Let’s start with the query template first. As you can see, it contains the parameters of the elasticsearch query itself. Most parameters are quite self explaining. We are issuing a geo_shape query with envelope (bbox) coordinates. With the relation parameter we tell elasticsearch to do an intersect. This means that it should return all documents which are overlapping with the coordinates of the envelope. Finally, the _source parameter defines which content the returned documents should contain. In our example, we are only interested in the name of the canton, which can be found in the iso_3166_2 field of the document. Long story short, we feed an envelope geo-shape to elasticsearch and receive a list of documents, each of them holding a name of an overlapping canton.

Now, let’s have a look at the elasticsearch filter. Again, most of the configuration needs no explanation. index points to the elastic-map index holding the canton information and query_template does the same for the query_template.json file.
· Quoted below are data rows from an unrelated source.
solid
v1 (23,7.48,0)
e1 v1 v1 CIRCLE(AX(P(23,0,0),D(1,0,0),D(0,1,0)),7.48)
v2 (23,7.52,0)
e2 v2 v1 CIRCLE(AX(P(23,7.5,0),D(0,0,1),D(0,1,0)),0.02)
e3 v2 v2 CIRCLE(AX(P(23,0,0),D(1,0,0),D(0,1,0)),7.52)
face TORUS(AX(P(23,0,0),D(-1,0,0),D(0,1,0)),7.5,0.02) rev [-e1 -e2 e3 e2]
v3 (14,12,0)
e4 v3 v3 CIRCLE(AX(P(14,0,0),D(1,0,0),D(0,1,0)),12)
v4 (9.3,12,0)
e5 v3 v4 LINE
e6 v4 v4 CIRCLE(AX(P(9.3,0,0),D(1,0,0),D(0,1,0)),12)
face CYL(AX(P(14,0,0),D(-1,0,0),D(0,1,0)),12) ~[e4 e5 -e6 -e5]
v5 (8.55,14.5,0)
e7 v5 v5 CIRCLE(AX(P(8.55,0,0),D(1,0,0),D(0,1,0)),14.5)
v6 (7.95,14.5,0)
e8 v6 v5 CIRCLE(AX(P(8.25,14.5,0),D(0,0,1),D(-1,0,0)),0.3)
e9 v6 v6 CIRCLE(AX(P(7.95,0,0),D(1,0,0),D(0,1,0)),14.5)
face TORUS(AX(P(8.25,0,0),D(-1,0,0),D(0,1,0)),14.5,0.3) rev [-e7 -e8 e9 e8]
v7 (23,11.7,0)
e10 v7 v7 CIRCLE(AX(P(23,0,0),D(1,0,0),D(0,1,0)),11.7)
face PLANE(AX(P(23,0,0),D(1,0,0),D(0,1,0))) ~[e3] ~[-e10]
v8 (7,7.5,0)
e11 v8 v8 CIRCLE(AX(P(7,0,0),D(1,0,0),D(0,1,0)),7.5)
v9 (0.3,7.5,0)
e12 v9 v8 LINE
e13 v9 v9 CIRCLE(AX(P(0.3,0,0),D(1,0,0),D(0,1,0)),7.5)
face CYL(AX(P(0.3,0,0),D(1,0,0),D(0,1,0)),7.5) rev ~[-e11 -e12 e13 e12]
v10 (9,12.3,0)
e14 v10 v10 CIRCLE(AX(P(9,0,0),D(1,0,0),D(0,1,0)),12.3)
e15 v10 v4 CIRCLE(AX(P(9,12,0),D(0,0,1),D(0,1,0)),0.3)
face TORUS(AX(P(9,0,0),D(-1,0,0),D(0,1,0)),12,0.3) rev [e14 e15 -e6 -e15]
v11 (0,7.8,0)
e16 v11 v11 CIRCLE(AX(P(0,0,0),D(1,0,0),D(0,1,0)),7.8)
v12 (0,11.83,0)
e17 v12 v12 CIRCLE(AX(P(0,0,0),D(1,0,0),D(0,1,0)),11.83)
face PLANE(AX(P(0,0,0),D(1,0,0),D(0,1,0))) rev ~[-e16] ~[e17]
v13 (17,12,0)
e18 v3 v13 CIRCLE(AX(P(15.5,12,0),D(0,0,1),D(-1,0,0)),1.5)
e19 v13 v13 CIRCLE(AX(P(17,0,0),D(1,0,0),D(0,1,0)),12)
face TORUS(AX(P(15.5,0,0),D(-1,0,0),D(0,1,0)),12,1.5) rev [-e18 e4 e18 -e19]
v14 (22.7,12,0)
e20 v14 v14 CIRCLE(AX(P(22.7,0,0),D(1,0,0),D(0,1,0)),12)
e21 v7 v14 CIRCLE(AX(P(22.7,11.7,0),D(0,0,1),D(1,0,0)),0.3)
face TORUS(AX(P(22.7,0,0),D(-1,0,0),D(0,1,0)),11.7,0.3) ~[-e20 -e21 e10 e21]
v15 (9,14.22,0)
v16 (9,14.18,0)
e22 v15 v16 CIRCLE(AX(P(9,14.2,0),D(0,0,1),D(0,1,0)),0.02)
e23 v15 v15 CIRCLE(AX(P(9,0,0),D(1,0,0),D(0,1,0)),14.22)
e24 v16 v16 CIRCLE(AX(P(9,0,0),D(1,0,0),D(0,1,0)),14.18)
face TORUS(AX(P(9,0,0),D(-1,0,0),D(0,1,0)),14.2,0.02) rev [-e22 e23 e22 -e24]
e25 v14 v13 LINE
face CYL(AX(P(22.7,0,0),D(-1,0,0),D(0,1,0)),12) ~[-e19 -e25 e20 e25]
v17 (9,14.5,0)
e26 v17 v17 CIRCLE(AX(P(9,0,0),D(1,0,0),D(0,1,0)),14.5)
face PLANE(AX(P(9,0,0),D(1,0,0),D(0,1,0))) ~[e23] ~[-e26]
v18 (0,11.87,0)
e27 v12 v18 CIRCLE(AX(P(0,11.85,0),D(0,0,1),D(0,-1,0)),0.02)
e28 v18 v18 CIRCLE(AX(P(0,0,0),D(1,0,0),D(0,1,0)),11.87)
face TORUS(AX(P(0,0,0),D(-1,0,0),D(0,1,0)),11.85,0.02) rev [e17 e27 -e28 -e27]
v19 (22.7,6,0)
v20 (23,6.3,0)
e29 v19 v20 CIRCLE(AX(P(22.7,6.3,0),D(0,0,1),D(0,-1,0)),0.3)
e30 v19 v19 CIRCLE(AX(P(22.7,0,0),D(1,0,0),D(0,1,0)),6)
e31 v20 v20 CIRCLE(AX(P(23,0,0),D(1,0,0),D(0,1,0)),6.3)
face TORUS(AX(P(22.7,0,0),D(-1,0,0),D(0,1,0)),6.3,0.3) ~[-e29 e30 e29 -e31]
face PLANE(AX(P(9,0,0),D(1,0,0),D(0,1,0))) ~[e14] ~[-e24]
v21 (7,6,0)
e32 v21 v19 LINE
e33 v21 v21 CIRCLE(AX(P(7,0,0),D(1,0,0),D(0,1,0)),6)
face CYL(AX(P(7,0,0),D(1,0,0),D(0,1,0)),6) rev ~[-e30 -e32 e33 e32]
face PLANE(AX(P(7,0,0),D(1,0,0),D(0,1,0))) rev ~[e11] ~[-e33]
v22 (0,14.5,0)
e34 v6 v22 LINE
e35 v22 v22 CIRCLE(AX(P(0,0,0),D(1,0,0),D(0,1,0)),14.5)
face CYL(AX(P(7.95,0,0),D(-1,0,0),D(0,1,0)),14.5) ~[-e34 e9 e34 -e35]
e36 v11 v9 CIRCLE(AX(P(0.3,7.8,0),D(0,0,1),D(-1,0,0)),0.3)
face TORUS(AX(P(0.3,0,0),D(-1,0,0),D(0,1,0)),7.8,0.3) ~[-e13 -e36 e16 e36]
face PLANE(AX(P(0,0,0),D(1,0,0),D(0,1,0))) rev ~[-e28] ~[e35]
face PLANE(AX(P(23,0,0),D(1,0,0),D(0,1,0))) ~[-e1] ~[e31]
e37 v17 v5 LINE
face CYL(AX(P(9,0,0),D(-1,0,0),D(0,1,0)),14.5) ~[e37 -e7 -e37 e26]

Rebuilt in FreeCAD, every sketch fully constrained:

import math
import FreeCAD as App
import Part
import Sketcher

V = App.Vector

doc = App.newDocument("Part")
params = doc.addObject("Spreadsheet::Sheet", "Params")
for row, (alias, value) in enumerate([
    ("sketch1_radius", "0.3 mm"),
    ("sketch1_radius2", "1.5 mm"),
    ("sketch1_radius3", "0.02 mm"),
    ("sketch1_width", "6.7 mm"),
    ("sketch1_width2", "15.7 mm"),
    ("revolution_angle", "360 deg"),
], start=1):
    params.set(f"A{row}", alias)
    params.set(f"B{row}", "=" + value)
    params.setAlias(f"B{row}", alias)

body = doc.addObject("PartDesign::Body", "Body")

sketch1 = doc.addObject("Sketcher::SketchObject", "Sketch")
body.addObject(sketch1)
sketch1.AttachmentSupport = (doc.XY_Plane, [""])
sketch1.MapMode = "FlatFace"
sketch1.addGeometry([
    Part.LineSegment(V(7.95, 14.5, 0), V(0, 14.5, 0)),
    Part.LineSegment(V(0, 14.5, 0), V(0, 11.87, 0)),
    Part.ArcOfCircle(Part.Circle(V(0, 11.85, 0), V(0, 0, 1), 0.02), math.radians(-90), math.radians(90)),
    Part.LineSegment(V(0, 11.83, 0), V(0, 7.8, 0)),
    Part.ArcOfCircle(Part.Circle(V(0.3, 7.8, 0), V(0, 0, 1), 0.3), math.radians(180), math.radians(270)),
    Part.LineSegment(V(0.3, 7.5, 0), V(7, 7.5, 0)),
    Part.LineSegment(V(7, 7.5, 0), V(7, 6, 0)),
    Part.LineSegment(V(7, 6, 0), V(22.7, 6, 0)),
    Part.ArcOfCircle(Part.Circle(V(22.7, 6.3, 0), V(0, 0, 1), 0.3), math.radians(-90), math.radians(0)),
    Part.LineSegment(V(23, 6.3, 0), V(23, 7.48, 0)),
    Part.ArcOfCircle(Part.Circle(V(23, 7.5, 0), V(0, 0, 1), 0.02), math.radians(90), math.radians(270)),
    Part.LineSegment(V(23, 7.52, 0), V(23, 11.7, 0)),
    Part.ArcOfCircle(Part.Circle(V(22.7, 11.7, 0), V(0, 0, 1), 0.3), math.radians(0), math.radians(90)),
    Part.LineSegment(V(22.7, 12, 0), V(17, 12, 0)),
    Part.ArcOfCircle(Part.Circle(V(15.5, 12, 0), V(0, 0, 1), 1.5), math.radians(180), math.radians(360)),
    Part.LineSegment(V(14, 12, 0), V(9.3, 12, 0)),
    Part.ArcOfCircle(Part.Circle(V(9, 12, 0), V(0, 0, 1), 0.3), math.radians(90), math.radians(360)),
    Part.LineSegment(V(9, 12.3, 0), V(9, 14.18, 0)),
    Part.ArcOfCircle(Part.Circle(V(9, 14.2, 0), V(0, 0, 1), 0.02), math.radians(90), math.radians(270)),
    Part.LineSegment(V(9, 14.22, 0), V(9, 14.5, 0)),
    Part.LineSegment(V(9, 14.5, 0), V(8.55, 14.5, 0)),
    Part.ArcOfCircle(Part.Circle(V(8.25, 14.5, 0), V(0, 0, 1), 0.3), math.radians(180), math.radians(360)),
], False)
sketch1.addConstraint([
    Sketcher.Constraint("Coincident", 0, 2, 1, 1),
    Sketcher.Constraint("Coincident", 1, 2, 2, 2),
    Sketcher.Constraint("Coincident", 2, 1, 3, 1),
    Sketcher.Constraint("Tangent", 3, 2, 4, 1),
    Sketcher.Constraint("Tangent", 4, 2, 5, 1),
    Sketcher.Constraint("Coincident", 5, 2, 6, 1),
    Sketcher.Constraint("Coincident", 6, 2, 7, 1),
    Sketcher.Constraint("Tangent", 7, 2, 8, 1),
    Sketcher.Constraint("Tangent", 8, 2, 9, 1),
    Sketcher.Constraint("Coincident", 9, 2, 10, 2),
    Sketcher.Constraint("Coincident", 10, 1, 11, 1),
    Sketcher.Constraint("Tangent", 11, 2, 12, 1),
    Sketcher.Constraint("Tangent", 12, 2, 13, 1),
    Sketcher.Constraint("Coincident", 13, 2, 14, 2),
    Sketcher.Constraint("Coincident", 14, 1, 15, 1),
    Sketcher.Constraint("Coincident", 15, 2, 16, 2),
    Sketcher.Constraint("Coincident", 16, 1, 17, 1),
    Sketcher.Constraint("Coincident", 17, 2, 18, 2),
    Sketcher.Constraint("Coincident", 18, 1, 19, 1),
    Sketcher.Constraint("Coincident", 19, 2, 20, 1),
    Sketcher.Constraint("Coincident", 20, 2, 21, 2),
    Sketcher.Constraint("Coincident", 21, 1, 0, 1),
    Sketcher.Constraint("Horizontal", 0),
    Sketcher.Constraint("Vertical", 1),
    Sketcher.Constraint("Vertical", 3),
    Sketcher.Constraint("Horizontal", 5),
    Sketcher.Constraint("Vertical", 6),
    Sketcher.Constraint("Horizontal", 7),
    Sketcher.Constraint("Vertical", 9),
    Sketcher.Constraint("Vertical", 11),
    Sketcher.Constraint("Horizontal", 13),
    Sketcher.Constraint("Horizontal", 15),
    Sketcher.Constraint("Vertical", 17),
    Sketcher.Constraint("Vertical", 19),
    Sketcher.Constraint("Horizontal", 20),
    Sketcher.Constraint("Equal", 4, 8),
    Sketcher.Constraint("Equal", 2, 10),
    Sketcher.Constraint("Equal", 8, 12),
    Sketcher.Constraint("Equal", 12, 16),
    Sketcher.Constraint("Equal", 10, 18),
    Sketcher.Constraint("Equal", 16, 21),
    Sketcher.Constraint("PointOnObject", 2, 3, -2),
    Sketcher.Constraint("PointOnObject", 0, 2, -2),
    Sketcher.Constraint("PointOnObject", 2, 1, -2),
    Sketcher.Constraint("Horizontal", 14, 3, 16, 3),
    Sketcher.Constraint("Horizontal", 21, 3, 0, 2),
    Sketcher.Constraint("Horizontal", 10, 3, 4, 2),
    Sketcher.Constraint("Horizontal", 16, 3, 12, 2),
    Sketcher.Constraint("Horizontal", 13, 2, 14, 1),
    Sketcher.Constraint("Horizontal", 0, 2, 19, 2),
    Sketcher.Constraint("Vertical", 8, 3, 12, 3),
    Sketcher.Constraint("Vertical", 16, 3, 18, 3),
    Sketcher.Constraint("Vertical", 10, 3, 8, 2),
    Sketcher.Constraint("Vertical", 18, 3, 16, 1),
    Sketcher.Constraint("Vertical", 17, 2, 18, 1),
    Sketcher.Constraint("Radius", 4, 0.3),
    Sketcher.Constraint("Radius", 14, 1.5),
    Sketcher.Constraint("Radius", 2, 0.02),
    Sketcher.Constraint("DistanceX", 5, 1, 5, 2, 6.7),
    Sketcher.Constraint("DistanceX", 7, 1, 7, 2, 15.7),
    Sketcher.Constraint("DistanceX", 13, 2, 13, 1, 5.7),
    Sketcher.Constraint("DistanceX", 15, 2, 15, 1, 4.7),
    Sketcher.Constraint("DistanceY", 6, 2, 6, 1, 1.5),
    Sketcher.Constraint("DistanceY", -1, 1, 14, 3, 12.0),
    Sketcher.Constraint("DistanceY", -1, 1, 6, 2, 6.0),
    Sketcher.Constraint("DistanceX", 0, 2, 0, 1, 7.95),
    Sketcher.Constraint("DistanceY", 1, 2, 1, 1, 2.63),
    Sketcher.Constraint("DistanceY", 3, 2, 3, 1, 4.03),
    Sketcher.Constraint("DistanceY", 17, 1, 17, 2, 1.88),
])
sketch1.setExpression("Constraints[55]", "Params.sketch1_radius")
sketch1.setExpression("Constraints[56]", "Params.sketch1_radius2")
sketch1.setExpression("Constraints[57]", "Params.sketch1_radius3")
sketch1.setExpression("Constraints[58]", "Params.sketch1_width")
sketch1.setExpression("Constraints[59]", "Params.sketch1_width2")
revolution = doc.addObject("PartDesign::Revolution", "Revolution")
body.addObject(revolution)
revolution.Profile = sketch1
revolution.ReferenceAxis = (sketch1, ["H_Axis"])
revolution.setExpression("Angle", "Params.revolution_angle")

doc.recompute()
With the fields parameter we tell Logstash to take the values of the iso_3166_2 field of the returned documents, convert them to an array and store them in the new field kkgeo.bbox.cantons of the current log. In short words again, we feed a BBOX and get cantons. Very nice!

Fine Tuning

As mentioned above, the map used for the cantons query was the swiss cantons map provided by Elastic itself. This is a good choice for normal use cases with average precision requirements. During development it turned out that a more precise map would be preferred. A quick analysis showed that Elastic maps are standard geojson files. Thus it was a straight forward process to replace the standard map with one delivered by the customer.

Visualization

Finally, with all the logs parsed, enriched and indexed in Elasticsearch, they can be visualized with custom Dashboards like the one below.

Summary / Lessons Learned

  • Elasticsearch maps is a powerful, flexible and performant solution for a large amount of use cases.
  • Custom geojson maps are supported. This can be very helpful for a large amount of use cases.
  • The Elastic Stack provides a very large feature set to solve almost any log analysis problems.
  • All customer requirements could be fulfilled with the solution.
  • Working with logs is always a challenge and the effort should never be underestimated.
  • Apart of Elastic Stack know how, custom solutions often need additional skills. This project for example involved scripting/programming in different languages and required basic knowledge about geo information and coordinate systems.
  • Building this solution was very interesting and made a lot of fun.